Последний вариант детища конструктора Вилли Мессершмитта по внешности напоминал Ме-109Е, однако концы его крыльев были закругленными. Самолет имел усиленное вооружение, потолок 36500 футов и максимальную скорость 396 миль/час на высоте 22000 футов.
Главное отличие между «Спитфайром I» и «Спитфайром II» заключалось в установке мотора Роллс-Ройс «Мерлин-12», который развивал большую мощность, а также стартера «Коффман». Кроме того, последний опыт летчиков-истребителей сделал совершенно ясным, что первоначальный пропеллер «Спитфайра I» с двумя фиксированными значениями шага не отвечает условиям современного воздушного боя.

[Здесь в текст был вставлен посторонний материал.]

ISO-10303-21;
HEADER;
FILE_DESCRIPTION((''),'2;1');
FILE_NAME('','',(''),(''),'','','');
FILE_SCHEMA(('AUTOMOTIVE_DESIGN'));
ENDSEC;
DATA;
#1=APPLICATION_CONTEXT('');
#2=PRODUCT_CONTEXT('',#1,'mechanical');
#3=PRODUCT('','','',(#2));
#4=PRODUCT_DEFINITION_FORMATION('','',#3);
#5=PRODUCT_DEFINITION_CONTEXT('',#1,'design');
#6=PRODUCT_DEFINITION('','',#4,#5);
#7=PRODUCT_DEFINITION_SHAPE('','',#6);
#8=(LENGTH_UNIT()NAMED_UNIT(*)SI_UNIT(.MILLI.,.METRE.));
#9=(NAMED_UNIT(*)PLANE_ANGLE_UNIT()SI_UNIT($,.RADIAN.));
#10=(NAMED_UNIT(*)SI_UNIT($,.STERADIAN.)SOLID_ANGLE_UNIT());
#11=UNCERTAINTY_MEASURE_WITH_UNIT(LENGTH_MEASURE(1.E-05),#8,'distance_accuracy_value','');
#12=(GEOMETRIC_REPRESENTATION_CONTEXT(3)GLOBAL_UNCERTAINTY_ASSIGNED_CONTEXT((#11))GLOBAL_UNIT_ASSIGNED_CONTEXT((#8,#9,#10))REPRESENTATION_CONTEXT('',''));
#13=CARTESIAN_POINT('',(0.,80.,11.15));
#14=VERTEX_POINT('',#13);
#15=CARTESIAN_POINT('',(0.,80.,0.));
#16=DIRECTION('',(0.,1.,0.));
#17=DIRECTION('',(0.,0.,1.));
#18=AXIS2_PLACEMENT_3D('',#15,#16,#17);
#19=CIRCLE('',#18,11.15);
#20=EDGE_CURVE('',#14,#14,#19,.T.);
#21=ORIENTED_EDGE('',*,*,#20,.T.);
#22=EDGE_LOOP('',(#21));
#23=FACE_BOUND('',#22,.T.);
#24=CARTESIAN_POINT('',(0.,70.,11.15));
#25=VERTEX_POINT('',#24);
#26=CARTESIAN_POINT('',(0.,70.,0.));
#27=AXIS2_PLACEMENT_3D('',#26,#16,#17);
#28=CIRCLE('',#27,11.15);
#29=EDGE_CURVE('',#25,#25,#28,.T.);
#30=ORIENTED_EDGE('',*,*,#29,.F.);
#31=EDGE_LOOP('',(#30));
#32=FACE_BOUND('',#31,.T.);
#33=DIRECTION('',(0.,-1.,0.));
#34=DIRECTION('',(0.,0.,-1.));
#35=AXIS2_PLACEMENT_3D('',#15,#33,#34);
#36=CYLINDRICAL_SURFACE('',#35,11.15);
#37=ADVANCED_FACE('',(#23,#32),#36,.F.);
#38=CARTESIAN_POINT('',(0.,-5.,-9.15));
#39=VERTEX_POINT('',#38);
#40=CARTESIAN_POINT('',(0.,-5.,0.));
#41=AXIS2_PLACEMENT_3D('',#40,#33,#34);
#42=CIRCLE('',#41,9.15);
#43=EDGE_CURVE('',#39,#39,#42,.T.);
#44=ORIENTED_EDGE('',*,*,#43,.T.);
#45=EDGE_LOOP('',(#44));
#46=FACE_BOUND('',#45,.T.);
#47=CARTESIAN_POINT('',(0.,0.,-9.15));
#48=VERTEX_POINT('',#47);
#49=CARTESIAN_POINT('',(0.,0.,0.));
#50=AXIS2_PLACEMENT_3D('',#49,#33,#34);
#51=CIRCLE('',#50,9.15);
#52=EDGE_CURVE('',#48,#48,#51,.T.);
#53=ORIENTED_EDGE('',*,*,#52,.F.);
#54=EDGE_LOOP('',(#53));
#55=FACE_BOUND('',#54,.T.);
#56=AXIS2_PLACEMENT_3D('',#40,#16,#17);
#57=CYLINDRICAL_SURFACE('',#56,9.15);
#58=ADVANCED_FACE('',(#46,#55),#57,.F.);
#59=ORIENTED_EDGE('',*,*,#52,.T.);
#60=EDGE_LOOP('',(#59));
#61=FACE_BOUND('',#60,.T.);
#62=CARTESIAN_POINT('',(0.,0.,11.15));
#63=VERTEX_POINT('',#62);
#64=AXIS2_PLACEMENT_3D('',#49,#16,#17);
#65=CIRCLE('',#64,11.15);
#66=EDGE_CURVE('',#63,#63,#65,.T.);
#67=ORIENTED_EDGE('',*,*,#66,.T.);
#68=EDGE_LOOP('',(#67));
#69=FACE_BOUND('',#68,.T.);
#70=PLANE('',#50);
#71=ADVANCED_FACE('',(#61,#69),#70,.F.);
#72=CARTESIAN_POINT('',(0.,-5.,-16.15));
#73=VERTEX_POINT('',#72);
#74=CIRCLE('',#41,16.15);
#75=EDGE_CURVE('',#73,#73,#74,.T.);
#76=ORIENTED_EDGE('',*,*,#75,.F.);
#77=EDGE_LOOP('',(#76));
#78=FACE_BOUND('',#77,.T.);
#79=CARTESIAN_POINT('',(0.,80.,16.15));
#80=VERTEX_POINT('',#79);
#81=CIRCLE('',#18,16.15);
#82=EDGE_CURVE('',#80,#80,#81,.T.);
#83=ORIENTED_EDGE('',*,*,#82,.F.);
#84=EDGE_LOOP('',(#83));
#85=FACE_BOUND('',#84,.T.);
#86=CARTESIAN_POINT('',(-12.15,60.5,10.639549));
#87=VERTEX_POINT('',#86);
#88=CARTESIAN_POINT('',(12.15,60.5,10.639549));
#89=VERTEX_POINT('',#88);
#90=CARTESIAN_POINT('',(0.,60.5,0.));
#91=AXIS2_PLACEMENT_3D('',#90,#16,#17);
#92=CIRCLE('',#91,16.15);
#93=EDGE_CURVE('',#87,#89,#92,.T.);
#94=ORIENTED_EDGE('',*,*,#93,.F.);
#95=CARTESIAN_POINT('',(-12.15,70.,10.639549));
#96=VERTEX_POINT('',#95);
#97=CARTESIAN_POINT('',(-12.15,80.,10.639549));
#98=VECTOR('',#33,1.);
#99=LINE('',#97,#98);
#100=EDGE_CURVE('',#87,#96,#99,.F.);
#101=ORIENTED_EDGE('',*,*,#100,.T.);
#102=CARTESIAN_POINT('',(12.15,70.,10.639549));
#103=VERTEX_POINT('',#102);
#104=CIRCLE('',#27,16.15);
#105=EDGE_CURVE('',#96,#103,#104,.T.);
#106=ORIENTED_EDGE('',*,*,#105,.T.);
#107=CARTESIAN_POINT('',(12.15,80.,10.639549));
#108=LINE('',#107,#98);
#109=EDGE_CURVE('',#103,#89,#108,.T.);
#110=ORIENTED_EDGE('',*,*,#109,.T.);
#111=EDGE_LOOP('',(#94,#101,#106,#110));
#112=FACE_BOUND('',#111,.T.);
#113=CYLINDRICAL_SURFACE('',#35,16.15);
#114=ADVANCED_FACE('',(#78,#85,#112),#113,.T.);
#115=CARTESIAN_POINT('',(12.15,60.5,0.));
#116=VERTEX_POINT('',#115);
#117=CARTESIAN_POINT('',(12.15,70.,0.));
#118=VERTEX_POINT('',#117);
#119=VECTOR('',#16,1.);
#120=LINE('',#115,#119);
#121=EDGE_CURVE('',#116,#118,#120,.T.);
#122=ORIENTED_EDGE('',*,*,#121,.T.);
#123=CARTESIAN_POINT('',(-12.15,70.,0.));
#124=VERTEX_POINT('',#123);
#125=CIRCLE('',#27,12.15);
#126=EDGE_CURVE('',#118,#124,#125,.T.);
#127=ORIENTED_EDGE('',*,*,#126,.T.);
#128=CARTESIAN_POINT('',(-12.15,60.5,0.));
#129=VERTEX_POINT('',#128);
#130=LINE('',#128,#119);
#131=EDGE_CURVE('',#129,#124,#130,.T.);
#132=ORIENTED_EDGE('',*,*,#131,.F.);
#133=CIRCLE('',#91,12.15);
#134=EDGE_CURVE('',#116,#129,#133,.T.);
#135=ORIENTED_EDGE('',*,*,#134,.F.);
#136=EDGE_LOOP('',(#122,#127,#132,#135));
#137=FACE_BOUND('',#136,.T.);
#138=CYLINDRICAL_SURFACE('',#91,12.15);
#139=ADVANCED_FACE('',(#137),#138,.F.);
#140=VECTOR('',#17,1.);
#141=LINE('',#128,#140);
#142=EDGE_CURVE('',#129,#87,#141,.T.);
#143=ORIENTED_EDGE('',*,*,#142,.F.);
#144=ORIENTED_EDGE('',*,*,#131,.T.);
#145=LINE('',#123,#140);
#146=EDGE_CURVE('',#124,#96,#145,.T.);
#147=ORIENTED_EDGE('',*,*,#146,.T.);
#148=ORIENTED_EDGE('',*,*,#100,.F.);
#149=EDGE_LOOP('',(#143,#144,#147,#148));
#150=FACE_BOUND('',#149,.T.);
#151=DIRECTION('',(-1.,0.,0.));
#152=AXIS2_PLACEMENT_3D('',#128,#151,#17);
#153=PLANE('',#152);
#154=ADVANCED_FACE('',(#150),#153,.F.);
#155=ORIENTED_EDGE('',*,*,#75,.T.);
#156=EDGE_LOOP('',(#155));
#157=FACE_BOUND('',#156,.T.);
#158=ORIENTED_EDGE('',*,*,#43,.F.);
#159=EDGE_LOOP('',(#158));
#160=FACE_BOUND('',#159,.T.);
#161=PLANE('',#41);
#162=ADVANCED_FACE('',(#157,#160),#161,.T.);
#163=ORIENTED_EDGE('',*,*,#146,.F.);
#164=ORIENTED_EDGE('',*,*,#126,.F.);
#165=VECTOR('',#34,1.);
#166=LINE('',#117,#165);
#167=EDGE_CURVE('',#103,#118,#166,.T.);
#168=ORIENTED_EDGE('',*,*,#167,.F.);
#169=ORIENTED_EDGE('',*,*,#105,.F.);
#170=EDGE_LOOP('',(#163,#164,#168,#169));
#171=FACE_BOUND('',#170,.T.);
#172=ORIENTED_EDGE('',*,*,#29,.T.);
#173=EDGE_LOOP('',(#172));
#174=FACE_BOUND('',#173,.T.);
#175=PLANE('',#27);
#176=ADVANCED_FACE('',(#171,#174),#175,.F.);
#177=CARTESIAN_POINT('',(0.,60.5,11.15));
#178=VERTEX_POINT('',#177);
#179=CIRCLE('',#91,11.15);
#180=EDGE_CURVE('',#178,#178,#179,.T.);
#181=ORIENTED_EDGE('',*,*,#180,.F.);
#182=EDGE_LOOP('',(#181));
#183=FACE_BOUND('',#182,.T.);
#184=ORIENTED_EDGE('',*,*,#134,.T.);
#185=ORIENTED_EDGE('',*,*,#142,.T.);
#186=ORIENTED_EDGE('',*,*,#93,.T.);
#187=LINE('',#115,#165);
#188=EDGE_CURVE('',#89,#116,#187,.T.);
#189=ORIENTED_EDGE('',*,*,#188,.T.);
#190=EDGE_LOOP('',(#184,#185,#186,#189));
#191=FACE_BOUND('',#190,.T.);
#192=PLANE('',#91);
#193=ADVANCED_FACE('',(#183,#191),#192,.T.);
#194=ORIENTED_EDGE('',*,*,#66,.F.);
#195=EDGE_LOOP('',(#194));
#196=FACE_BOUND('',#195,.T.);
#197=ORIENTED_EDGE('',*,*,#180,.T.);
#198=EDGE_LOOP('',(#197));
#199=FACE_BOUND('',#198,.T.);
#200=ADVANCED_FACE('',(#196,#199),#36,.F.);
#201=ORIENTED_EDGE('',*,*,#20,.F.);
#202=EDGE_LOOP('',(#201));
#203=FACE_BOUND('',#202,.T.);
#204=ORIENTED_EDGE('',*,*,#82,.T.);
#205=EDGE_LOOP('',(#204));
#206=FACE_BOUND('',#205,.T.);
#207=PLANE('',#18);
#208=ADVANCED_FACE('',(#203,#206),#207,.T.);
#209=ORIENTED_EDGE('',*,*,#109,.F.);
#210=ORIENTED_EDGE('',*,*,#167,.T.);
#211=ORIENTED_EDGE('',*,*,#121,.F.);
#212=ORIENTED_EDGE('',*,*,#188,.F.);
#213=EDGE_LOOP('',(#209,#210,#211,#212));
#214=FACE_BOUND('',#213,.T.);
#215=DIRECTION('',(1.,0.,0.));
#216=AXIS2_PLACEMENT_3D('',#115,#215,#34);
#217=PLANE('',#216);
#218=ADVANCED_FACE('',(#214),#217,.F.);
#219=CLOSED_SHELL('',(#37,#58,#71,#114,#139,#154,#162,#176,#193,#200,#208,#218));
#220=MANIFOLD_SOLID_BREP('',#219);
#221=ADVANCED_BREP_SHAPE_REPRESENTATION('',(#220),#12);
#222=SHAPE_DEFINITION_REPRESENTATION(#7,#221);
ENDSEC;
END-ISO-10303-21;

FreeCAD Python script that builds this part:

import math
import FreeCAD as App
import Part
import Sketcher
from FreeCAD import Vector
Q = App.Units.Quantity

doc = App.newDocument("Part")
body = doc.addObject("PartDesign::Body", "Body")

# Sketch on XZ plane
sketch1 = doc.addObject("Sketcher::SketchObject", "Sketch")
body.addObject(sketch1)
sketch1.AttachmentSupport = (doc.XZ_Plane, [""])
sketch1.MapMode = "FlatFace"
sketch1.addGeometry([
    Part.Circle(Vector(0, 0, 0), Vector(0, 0, 1), 16),
    Part.Circle(Vector(0, 0, 0), Vector(0, 0, 1), 11),
], False)
sketch1.addConstraint([
    Sketcher.Constraint("Coincident", 0, 3, -1, 1),
    Sketcher.Constraint("Coincident", 1, 3, -1, 1),
    Sketcher.Constraint("Diameter", 0, Q("32.3 mm")),
    Sketcher.Constraint("Diameter", 1, Q("22.3 mm")),
])
pad1 = doc.addObject("PartDesign::Pad", "Pad")
body.addObject(pad1)
pad1.Profile = sketch1
pad1.Length = 80
pad1.Reversed = True

# Sketch on XZ plane
sketch2 = doc.addObject("Sketcher::SketchObject", "Sketch001")
body.addObject(sketch2)
sketch2.AttachmentSupport = (doc.XZ_Plane, [""])
sketch2.MapMode = "FlatFace"
sketch2.AttachmentOffset = App.Placement(Vector(0, 0, 5), App.Rotation())
sketch2.addGeometry([
    Part.Circle(Vector(0, 0, 0), Vector(0, 0, 1), 16),
    Part.Circle(Vector(0, 0, 0), Vector(0, 0, 1), 9),
], False)
sketch2.addConstraint([
    Sketcher.Constraint("Coincident", 0, 3, -1, 1),
    Sketcher.Constraint("Coincident", 1, 3, -1, 1),
    Sketcher.Constraint("Diameter", 0, Q("32.3 mm")),
    Sketcher.Constraint("Diameter", 1, Q("18.3 mm")),
])
pad2 = doc.addObject("PartDesign::Pad", "Pad001")
body.addObject(pad2)
pad2.Profile = sketch2
pad2.Length = 5
pad2.Reversed = True

# Sketch on XZ plane
sketch3 = doc.addObject("Sketcher::SketchObject", "Sketch002")
body.addObject(sketch3)
sketch3.AttachmentSupport = (doc.XZ_Plane, [""])
sketch3.MapMode = "FlatFace"
sketch3.AttachmentOffset = App.Placement(Vector(0, 0, -70), App.Rotation())
sketch3.addGeometry([
    Part.LineSegment(Vector(-12, 0, 0), Vector(-12, 18, 0)),
    Part.LineSegment(Vector(-12, 18, 0), Vector(12, 18, 0)),
    Part.LineSegment(Vector(12, 18, 0), Vector(12, 0, 0)),
    Part.ArcOfCircle(Part.Circle(Vector(0, 0, 0), Vector(0, 0, 1), 12), math.radians(180), math.radians(360)),
], False)
sketch3.addConstraint([
    Sketcher.Constraint("Coincident", 0, 2, 1, 1),
    Sketcher.Constraint("Coincident", 1, 2, 2, 1),
    Sketcher.Constraint("Tangent", 2, 2, 3, 2),
    Sketcher.Constraint("Tangent", 3, 1, 0, 1),
    Sketcher.Constraint("Vertical", 0),
    Sketcher.Constraint("Horizontal", 1),
    Sketcher.Constraint("Vertical", 2),
    Sketcher.Constraint("Coincident", 3, 3, -1, 1),
    Sketcher.Constraint("Radius", 3, Q("12.15 mm")),
    Sketcher.Constraint("DistanceY", 0, 1, 0, 2, Q("18.126783 mm")),
])
pocket1 = doc.addObject("PartDesign::Pocket", "Pocket")
body.addObject(pocket1)
pocket1.Profile = sketch3
pocket1.Length = 9.5
pocket1.Reversed = True

doc.recompute()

Поэтому на наших новых самолетах были установлены винты постоянной скорости «Де Хэвилленд» или «Ротол», которые значительно улучшали характеристики самолета при наборе высоты. Оставалось посмотреть, как будет выглядеть «Спитфайр II» по сравнению с Me-109F.
В Тангмере все еще были заметны следы осенних бомбежек. Обгорелые развалины ясно показывали, где раньше стояли ангары и административные здания. В целом за год в Тангмере выпадало больше солнечных дней, чем на большинстве наших аэродромов. Однако этот аэродром находился в столь заметном месте, что его можно было легко обнаружить и при плохой видимости. Такое расположение имело один недостаток. Люфтваффе не упускали ни одного удобного случая, чтобы ночью нанести очередной удар по Тангмеру. Хотя аэродром ни разу не прекращал действовать, вражеские бомбардировщики уничтожили еще несколько строений, в том числе одно крыло офицерского клуба. Поэтому я ничуть не удивился, когда наш командир эскадрильи сказал, что нам придется забыть о нем и расположиться в соседней деревушке Овинг. «Рашменс» был старым, низеньким домом, и мы перебрались туда довольно охотно. Для истребительной эскадрильи очень важно постоянно находиться вместе, ее боевой дух во многом зависит от этого.
Один из оружейников нашей эскадрильи, Фред Варли из Ноттингема, был ранен, когда в его казарму попала бомба. Варли осознал, что именно произошло, только в лазарете, куда его доставили с лопнувшими барабанными перепонками. Вскоре он оправился, однако медики запретили ему впредь работать оружейником. Так как он был отличным парнем с развитым чувством юмора и довольно инициативным, мы перевели его в Рашменс в качестве вестового. И в этой роли Варли оказался просто незаменим. Так вышло, что потом мы прослужили вместе еще несколько лет.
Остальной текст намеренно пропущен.